Another is Central Manager (+ Submit + Execute machine) for a second pool and works fine too (at least all five daemons are running, tests didn't go further on that pool).

On a third machine however, which is configured as Submit + Execute machine on the second pool, when the condor service is started, the schedd and startd daemons die just after starting, and the master daemon consumes lot of CPU (up to 99%) The logs (below) show a select error (WSAENOTSOCK), indicating a non-socket object in one of the descriptor sets submitted to select()...

I found a thread in the ML archives whith a similar error, in May 2007:

https://lists.cs.wisc.edu/archive/condor-users/2007-May/msg00110.shtml

but I didn't found the outcome of the issue...

I checked this four items:

a) what is NETWORK_INTERFACE defined to be in condor config? (if anything). Is it for an interface that does not exist?

NETWORK_INTERFACE = 192.168.0.28
(this is the IP address of my real interface, throw which other machines in the pool are to be reached)

b) is there some specific winsock library installed other than what came from Microsoft? perhaps some third party security or firewall vendor replaced your winsock library? Condor relies on the ability to pass an open network socket from a parent process to a child process. From the logs below it looks like this parent-child socket inheritance failed. Some winsock replacements have been known to break this. Compare your winsock DLLs to a fresh install of windows. My guess is they are different. If so, try replacing the winsock DLLs with the original ones from Microsoft - this will likely fix Condor, but may break whatever security software felt the need to replace thesr system DLLs (with non-conforming buggy ones).

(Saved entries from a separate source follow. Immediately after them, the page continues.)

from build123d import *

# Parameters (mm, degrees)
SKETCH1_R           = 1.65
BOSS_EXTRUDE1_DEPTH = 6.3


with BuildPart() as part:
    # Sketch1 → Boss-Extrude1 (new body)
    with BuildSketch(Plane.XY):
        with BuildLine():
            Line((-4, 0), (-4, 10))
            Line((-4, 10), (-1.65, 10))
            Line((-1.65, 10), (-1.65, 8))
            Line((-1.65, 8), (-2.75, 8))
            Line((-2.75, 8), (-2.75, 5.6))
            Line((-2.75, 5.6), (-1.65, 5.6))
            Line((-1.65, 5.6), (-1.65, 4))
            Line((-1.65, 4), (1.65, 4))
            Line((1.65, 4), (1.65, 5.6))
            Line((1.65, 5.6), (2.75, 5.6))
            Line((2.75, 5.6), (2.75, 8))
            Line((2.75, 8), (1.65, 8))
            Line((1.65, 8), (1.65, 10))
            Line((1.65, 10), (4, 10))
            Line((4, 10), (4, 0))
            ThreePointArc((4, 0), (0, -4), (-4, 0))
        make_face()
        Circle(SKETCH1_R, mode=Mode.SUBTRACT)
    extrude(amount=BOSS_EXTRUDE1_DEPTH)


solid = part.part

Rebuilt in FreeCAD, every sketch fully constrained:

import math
import FreeCAD as App
import Part
import Sketcher
from FreeCAD import Vector
Q = App.Units.Quantity

doc = App.newDocument("Part")
body = doc.addObject("PartDesign::Body", "Body")

sketch1 = body.newObject("Sketcher::SketchObject", "Sketch")
sketch1.AttachmentSupport = (doc.getObject("XY_Plane"), [""])
sketch1.MapMode = "FlatFace"
sketch1.addGeometry(Part.LineSegment(Vector(-4, 10, 0), Vector(-4, 0, 0)), False)
sketch1.addGeometry(Part.ArcOfCircle(Part.Circle(Vector(0, 0, 0), Vector(0, 0, 1), 4), math.radians(180), math.radians(360)), False)
sketch1.addGeometry(Part.LineSegment(Vector(4, 0, 0), Vector(4, 10, 0)), False)
sketch1.addGeometry(Part.LineSegment(Vector(4, 10, 0), Vector(1.6, 10, 0)), False)
sketch1.addGeometry(Part.LineSegment(Vector(1.6, 10, 0), Vector(1.6, 8, 0)), False)
sketch1.addGeometry(Part.LineSegment(Vector(1.6, 8, 0), Vector(2.8, 8, 0)), False)
sketch1.addGeometry(Part.LineSegment(Vector(2.8, 8, 0), Vector(2.8, 5.6, 0)), False)
sketch1.addGeometry(Part.LineSegment(Vector(2.8, 5.6, 0), Vector(1.6, 5.6, 0)), False)
sketch1.addGeometry(Part.LineSegment(Vector(1.6, 5.6, 0), Vector(1.6, 4, 0)), False)
sketch1.addGeometry(Part.LineSegment(Vector(1.6, 4, 0), Vector(-1.6, 4, 0)), False)
sketch1.addGeometry(Part.LineSegment(Vector(-1.6, 4, 0), Vector(-1.6, 5.6, 0)), False)
sketch1.addGeometry(Part.LineSegment(Vector(-1.6, 5.6, 0), Vector(-2.8, 5.6, 0)), False)
sketch1.addGeometry(Part.LineSegment(Vector(-2.8, 5.6, 0), Vector(-2.8, 8, 0)), False)
sketch1.addGeometry(Part.LineSegment(Vector(-2.8, 8, 0), Vector(-1.6, 8, 0)), False)
sketch1.addGeometry(Part.LineSegment(Vector(-1.6, 8, 0), Vector(-1.6, 10, 0)), False)
sketch1.addGeometry(Part.LineSegment(Vector(-1.6, 10, 0), Vector(-4, 10, 0)), False)
sketch1.addGeometry(Part.Circle(Vector(0, 0, 0), Vector(0, 0, 1), 1.6), False)
sketch1.addConstraint(Sketcher.Constraint("Tangent", 0, 2, 1, 1))
sketch1.addConstraint(Sketcher.Constraint("Tangent", 1, 2, 2, 1))
sketch1.addConstraint(Sketcher.Constraint("Coincident", 2, 2, 3, 1))
sketch1.addConstraint(Sketcher.Constraint("Coincident", 3, 2, 4, 1))
sketch1.addConstraint(Sketcher.Constraint("Coincident", 4, 2, 5, 1))
sketch1.addConstraint(Sketcher.Constraint("Coincident", 5, 2, 6, 1))
sketch1.addConstraint(Sketcher.Constraint("Coincident", 6, 2, 7, 1))
sketch1.addConstraint(Sketcher.Constraint("Coincident", 7, 2, 8, 1))
sketch1.addConstraint(Sketcher.Constraint("Coincident", 8, 2, 9, 1))
sketch1.addConstraint(Sketcher.Constraint("Coincident", 9, 2, 10, 1))
sketch1.addConstraint(Sketcher.Constraint("Coincident", 10, 2, 11, 1))
sketch1.addConstraint(Sketcher.Constraint("Coincident", 11, 2, 12, 1))
sketch1.addConstraint(Sketcher.Constraint("Coincident", 12, 2, 13, 1))
sketch1.addConstraint(Sketcher.Constraint("Coincident", 13, 2, 14, 1))
sketch1.addConstraint(Sketcher.Constraint("Coincident", 14, 2, 15, 1))
sketch1.addConstraint(Sketcher.Constraint("Coincident", 15, 2, 0, 1))
sketch1.addConstraint(Sketcher.Constraint("Vertical", 0))
sketch1.addConstraint(Sketcher.Constraint("Vertical", 2))
sketch1.addConstraint(Sketcher.Constraint("Horizontal", 3))
sketch1.addConstraint(Sketcher.Constraint("Vertical", 4))
sketch1.addConstraint(Sketcher.Constraint("Horizontal", 5))
sketch1.addConstraint(Sketcher.Constraint("Vertical", 6))
sketch1.addConstraint(Sketcher.Constraint("Horizontal", 7))
sketch1.addConstraint(Sketcher.Constraint("Vertical", 8))
sketch1.addConstraint(Sketcher.Constraint("Horizontal", 9))
sketch1.addConstraint(Sketcher.Constraint("Vertical", 10))
sketch1.addConstraint(Sketcher.Constraint("Horizontal", 11))
sketch1.addConstraint(Sketcher.Constraint("Vertical", 12))
sketch1.addConstraint(Sketcher.Constraint("Horizontal", 13))
sketch1.addConstraint(Sketcher.Constraint("Vertical", 14))
sketch1.addConstraint(Sketcher.Constraint("Horizontal", 15))
sketch1.addConstraint(Sketcher.Constraint("Coincident", 1, 3, -1, 1))
sketch1.addConstraint(Sketcher.Constraint("Coincident", 16, 3, -1, 1))
sketch1.addConstraint(Sketcher.Constraint("Symmetric", 7, 2, 10, 2, -2))
sketch1.addConstraint(Sketcher.Constraint("Symmetric", 5, 2, 12, 2, -2))
sketch1.addConstraint(Sketcher.Constraint("Symmetric", 3, 2, 14, 2, -2))
sketch1.addConstraint(Sketcher.Constraint("Vertical", 4, 2, 7, 2))
sketch1.addConstraint(Sketcher.Constraint("Radius", 1, Q("4 mm")))
sketch1.addConstraint(Sketcher.Constraint("Diameter", 16, Q("3.3 mm")))
sketch1.addConstraint(Sketcher.Constraint("DistanceY", 0, 2, 0, 1, Q("10 mm")))
sketch1.addConstraint(Sketcher.Constraint("DistanceY", 4, 2, 4, 1, Q("2 mm")))
sketch1.addConstraint(Sketcher.Constraint("DistanceX", 5, 1, 5, 2, Q("1.1 mm")))
sketch1.addConstraint(Sketcher.Constraint("DistanceX", 9, 2, 9, 1, Q("3.3 mm")))
sketch1.addConstraint(Sketcher.Constraint("DistanceY", 6, 2, 6, 1, Q("2.4 mm")))
sketch1.addConstraint(Sketcher.Constraint("DistanceY", 8, 2, 8, 1, Q("1.6 mm")))
pad1 = body.newObject("PartDesign::Pad", "Pad")
pad1.Profile = sketch1
pad1.Length = 6.3

doc.recompute()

I have C:\WINDOWS\system32\winsock.dll,
advertised as Windows Socket 16 Bit (sic!) DLL, version 3.10.0.103, 2004-08-05, Copyright Microsoft Corp...

c) did you install Condor with the included installer? were you logged in as Administrator when you installed it? is the Condor service configured to run as LocalSystem?

Yes to three questions

d) what, if any, firewall rules do you have on your machine?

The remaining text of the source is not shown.